Sobald man die Tageszeitungen mit ihren aufgeregten und von blutigen Amateuren betriebenen und beschriebenen Restitutionsdebatten dagegen hält, ergibt sich dennoch ein frappierender Effekt. Geht es um dieselbe historische Lage? Oder überhaupt um dieselbe Welt? Das Buch mit seinen bedächtigen Gesprächen hat etwas von der traumwandlerischen Sicherheit, die nur für die Vergangenheit möglich ist, wenn man die Zukunft ausblendet. Der Gesprächston erinnert an die Literaturgattung der „Geistergespräche“ oder „Gespräche aus Elysium“: Was wäre, wenn die Ethnologie noch einmal das Sagen hätte, wenn sie nicht enteignet worden wäre oder wenn ihr die wissenschaftliche und die politische Enteignung auch in Zukunft erspart bliebe? Die Tatsache der Enteignung wird klaglos festgehalten und erzeugt keine Wut, aber auch keine Resignation.
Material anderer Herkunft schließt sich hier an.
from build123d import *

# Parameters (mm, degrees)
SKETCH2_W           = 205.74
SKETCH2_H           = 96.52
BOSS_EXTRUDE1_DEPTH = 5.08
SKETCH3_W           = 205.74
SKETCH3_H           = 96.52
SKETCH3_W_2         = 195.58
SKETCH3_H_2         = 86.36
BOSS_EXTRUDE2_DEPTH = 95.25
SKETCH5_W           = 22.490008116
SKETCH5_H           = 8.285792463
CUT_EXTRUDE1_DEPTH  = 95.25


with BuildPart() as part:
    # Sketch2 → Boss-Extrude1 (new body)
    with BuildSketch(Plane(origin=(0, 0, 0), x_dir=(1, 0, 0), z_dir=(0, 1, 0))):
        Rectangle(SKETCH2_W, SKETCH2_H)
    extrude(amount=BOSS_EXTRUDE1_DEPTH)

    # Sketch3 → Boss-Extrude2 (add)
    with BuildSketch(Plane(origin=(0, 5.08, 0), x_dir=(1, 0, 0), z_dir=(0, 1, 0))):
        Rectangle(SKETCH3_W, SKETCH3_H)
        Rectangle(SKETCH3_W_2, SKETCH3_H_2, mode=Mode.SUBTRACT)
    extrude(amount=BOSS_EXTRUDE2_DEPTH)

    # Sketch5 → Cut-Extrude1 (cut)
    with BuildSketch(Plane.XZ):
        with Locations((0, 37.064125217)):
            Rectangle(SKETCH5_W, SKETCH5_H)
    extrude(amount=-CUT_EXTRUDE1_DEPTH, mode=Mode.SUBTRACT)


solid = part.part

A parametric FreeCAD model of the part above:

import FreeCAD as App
import Part
import Sketcher

V = App.Vector
Q = App.Units.Quantity


def add_polygon(sketch, points):
    """Adds a closed chain of lines whose ends are joined by coincident constraints."""
    first, n = sketch.GeometryCount, len(points)
    for a, b in zip(points, points[1:] + points[:1]):
        sketch.addGeometry(Part.LineSegment(App.Vector(*a, 0), App.Vector(*b, 0)), False)
    for i in range(n):
        sketch.addConstraint(Sketcher.Constraint("Coincident", first + i, 2, first + (i + 1) % n, 1))

doc = App.newDocument("Part")
params = doc.addObject("Spreadsheet::Sheet", "Params")
for row, (alias, value) in enumerate([
    ("sketch1_width", "8.1 in"),
    ("sketch1_height", "3.8 in"),
    ("pad1_length", "0.2 in"),
    ("sketch2_width", "8.1 in"),
    ("sketch2_width2", "7.7 in"),
    ("sketch2_height", "3.8 in"),
    ("sketch2_height2", "3.4 in"),
    ("pad2_length", "3.75 in"),
    ("pocket1_length", "3.75 in"),
], start=1):
    params.set(f"A{row}", alias)
    params.set(f"B{row}", "=" + value)
    params.setAlias(f"B{row}", alias)

body = doc.addObject("PartDesign::Body", "Body")

# Sketch on XZ plane
sketch1 = body.newObject("Sketcher::SketchObject", "Sketch")
sketch1.AttachmentSupport = (doc.getObject("XZ_Plane"), [""])
sketch1.MapMode = "FlatFace"
add_polygon(sketch1, [(-103, -48), (-103, 48), (103, 48), (103, -48)])  # lines 0-3
sketch1.addConstraint([
    Sketcher.Constraint("Vertical", 0),
    Sketcher.Constraint("Horizontal", 1),
    Sketcher.Constraint("Vertical", 2),
    Sketcher.Constraint("Horizontal", 3),
    Sketcher.Constraint("Symmetric", 0, 2, 2, 2, -1, 1),
    Sketcher.Constraint("DistanceX", 1, 1, 1, 2, Q("8.1 in")),
    Sketcher.Constraint("DistanceY", 0, 1, 0, 2, Q("3.8 in")),
])
sketch1.setExpression("Constraints[9]", "Params.sketch1_width")
sketch1.setExpression("Constraints[10]", "Params.sketch1_height")
pad1 = body.newObject("PartDesign::Pad", "Pad")
pad1.Profile = sketch1
pad1.setExpression("Length", "Params.pad1_length")
pad1.Reversed = True

# Sketch on XZ plane
sketch2 = body.newObject("Sketcher::SketchObject", "Sketch001")
sketch2.AttachmentSupport = (doc.getObject("XZ_Plane"), [""])
sketch2.MapMode = "FlatFace"
sketch2.AttachmentOffset = App.Placement(V(0, 0, -0.2 * 25.4), App.Rotation())
add_polygon(sketch2, [(-103, -48), (-103, 48), (103, 48), (103, -48)])  # lines 0-3
add_polygon(sketch2, [(98, 43), (-98, 43), (-98, -43), (98, -43)])  # lines 4-7
sketch2.addConstraint([
    Sketcher.Constraint("Vertical", 0),
    Sketcher.Constraint("Horizontal", 1),
    Sketcher.Constraint("Vertical", 2),
    Sketcher.Constraint("Horizontal", 3),
    Sketcher.Constraint("Horizontal", 4),
    Sketcher.Constraint("Vertical", 5),
    Sketcher.Constraint("Horizontal", 6),
    Sketcher.Constraint("Vertical", 7),
    Sketcher.Constraint("Symmetric", 0, 2, 2, 2, -1, 1),
    Sketcher.Constraint("Symmetric", 4, 2, 6, 2, -1, 1),
    Sketcher.Constraint("DistanceX", 1, 1, 1, 2, Q("8.1 in")),
    Sketcher.Constraint("DistanceX", 4, 2, 4, 1, Q("7.7 in")),
    Sketcher.Constraint("DistanceY", 0, 1, 0, 2, Q("3.8 in")),
    Sketcher.Constraint("DistanceY", 5, 2, 5, 1, Q("3.4 in")),
])
sketch2.setExpression("Constraints[18]", "Params.sketch2_width")
sketch2.setExpression("Constraints[19]", "Params.sketch2_width2")
sketch2.setExpression("Constraints[20]", "Params.sketch2_height")
sketch2.setExpression("Constraints[21]", "Params.sketch2_height2")
pad2 = body.newObject("PartDesign::Pad", "Pad001")
pad2.Profile = sketch2
pad2.setExpression("Length", "Params.pad2_length")
pad2.Reversed = True

# Sketch on XZ plane
sketch3 = body.newObject("Sketcher::SketchObject", "Sketch002")
sketch3.AttachmentSupport = (doc.getObject("XZ_Plane"), [""])
sketch3.MapMode = "FlatFace"
add_polygon(sketch3, [(-11, 41), (-11, 33), (11, 33), (11, 41)])  # lines 0-3
sketch3.addConstraint([
    Sketcher.Constraint("Vertical", 0),
    Sketcher.Constraint("Horizontal", 1),
    Sketcher.Constraint("Vertical", 2),
    Sketcher.Constraint("Horizontal", 3),
    Sketcher.Constraint("DistanceX", 1, 1, 1, 2, 22.490008),
    Sketcher.Constraint("DistanceY", 0, 2, 0, 1, 8.285792),
    Sketcher.Constraint("DistanceY", -1, 1, 0, 2, 32.921229),
    Sketcher.Constraint("DistanceX", 0, 2, -1, 1, 11.245004),
])
pocket1 = body.newObject("PartDesign::Pocket", "Pocket")
pocket1.Profile = sketch3
pocket1.setExpression("Length", "Params.pocket1_length")

doc.recompute()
Das Rückzugsmanöver nach Dahlem erscheint wie der Versuch zu retten was noch zu retten ist, eine logistische und fast schon militärische Operation. Der Ratschlag ist klug und er ist kompetent, aber wird er helfen?

Debatten ohne fachliche Kenntnis
Mir scheint jedoch in diesen brillanten Gesprächen ein ganzes Kapitel zu fehlen: Es fehlt eine Analyse der Gründe, warum die Ethnologie im Laufe der Entwicklung des Humboldt Forums ausgebootet worden ist, und – wichtiger noch – warum sich niemand in der Medienöffentlichkeit dafür engagiert, sie in ihre angestammten Zuständigkeiten wieder einzusetzen. Doch ohne eine solche Analyse kann die Schadensbegrenzung nicht gelingen, nicht einmal der Rückzug nach Dahlem.

Die aktuelle Popularisierung der Restitutionsforderungen ist vielleicht nur das Symptom einer tiefgreifenden Wandlung unserer Gesellschaften, was sich auch daran zeigt, dass diese Forderungen vor allem von Journalisten und Amateuren enthusiastisch begrüßt und betrieben werden. Die Restitutionsforderungen fragen gar nicht nach der Geschichte der Ethnologie oder des Kolonialismus, sondern spielen diese nur als Mythologie durch, als „mythische Charta“ der Gegenwart. Bénédicte Savoy spielt in Berlin vor ihren propagandistischen Vorträgen die populäre Szene aus der Comicverfilmung „Black Panther“, in der ein Superheld eine afrikanische Skulptur aus ihrer babylonischen Gefangenschaft erlöst. Diese Szene erweckt allem Anschein nach den Ehrgeiz, sie in der Wirklichkeit nachzuspielen. An der Brown University demonstrierte vor kurzem eine Gruppe von Studierenden unter Führung eines Dozenten vor der Vitrine einer Benin-Bronze für deren „Rückgabe“.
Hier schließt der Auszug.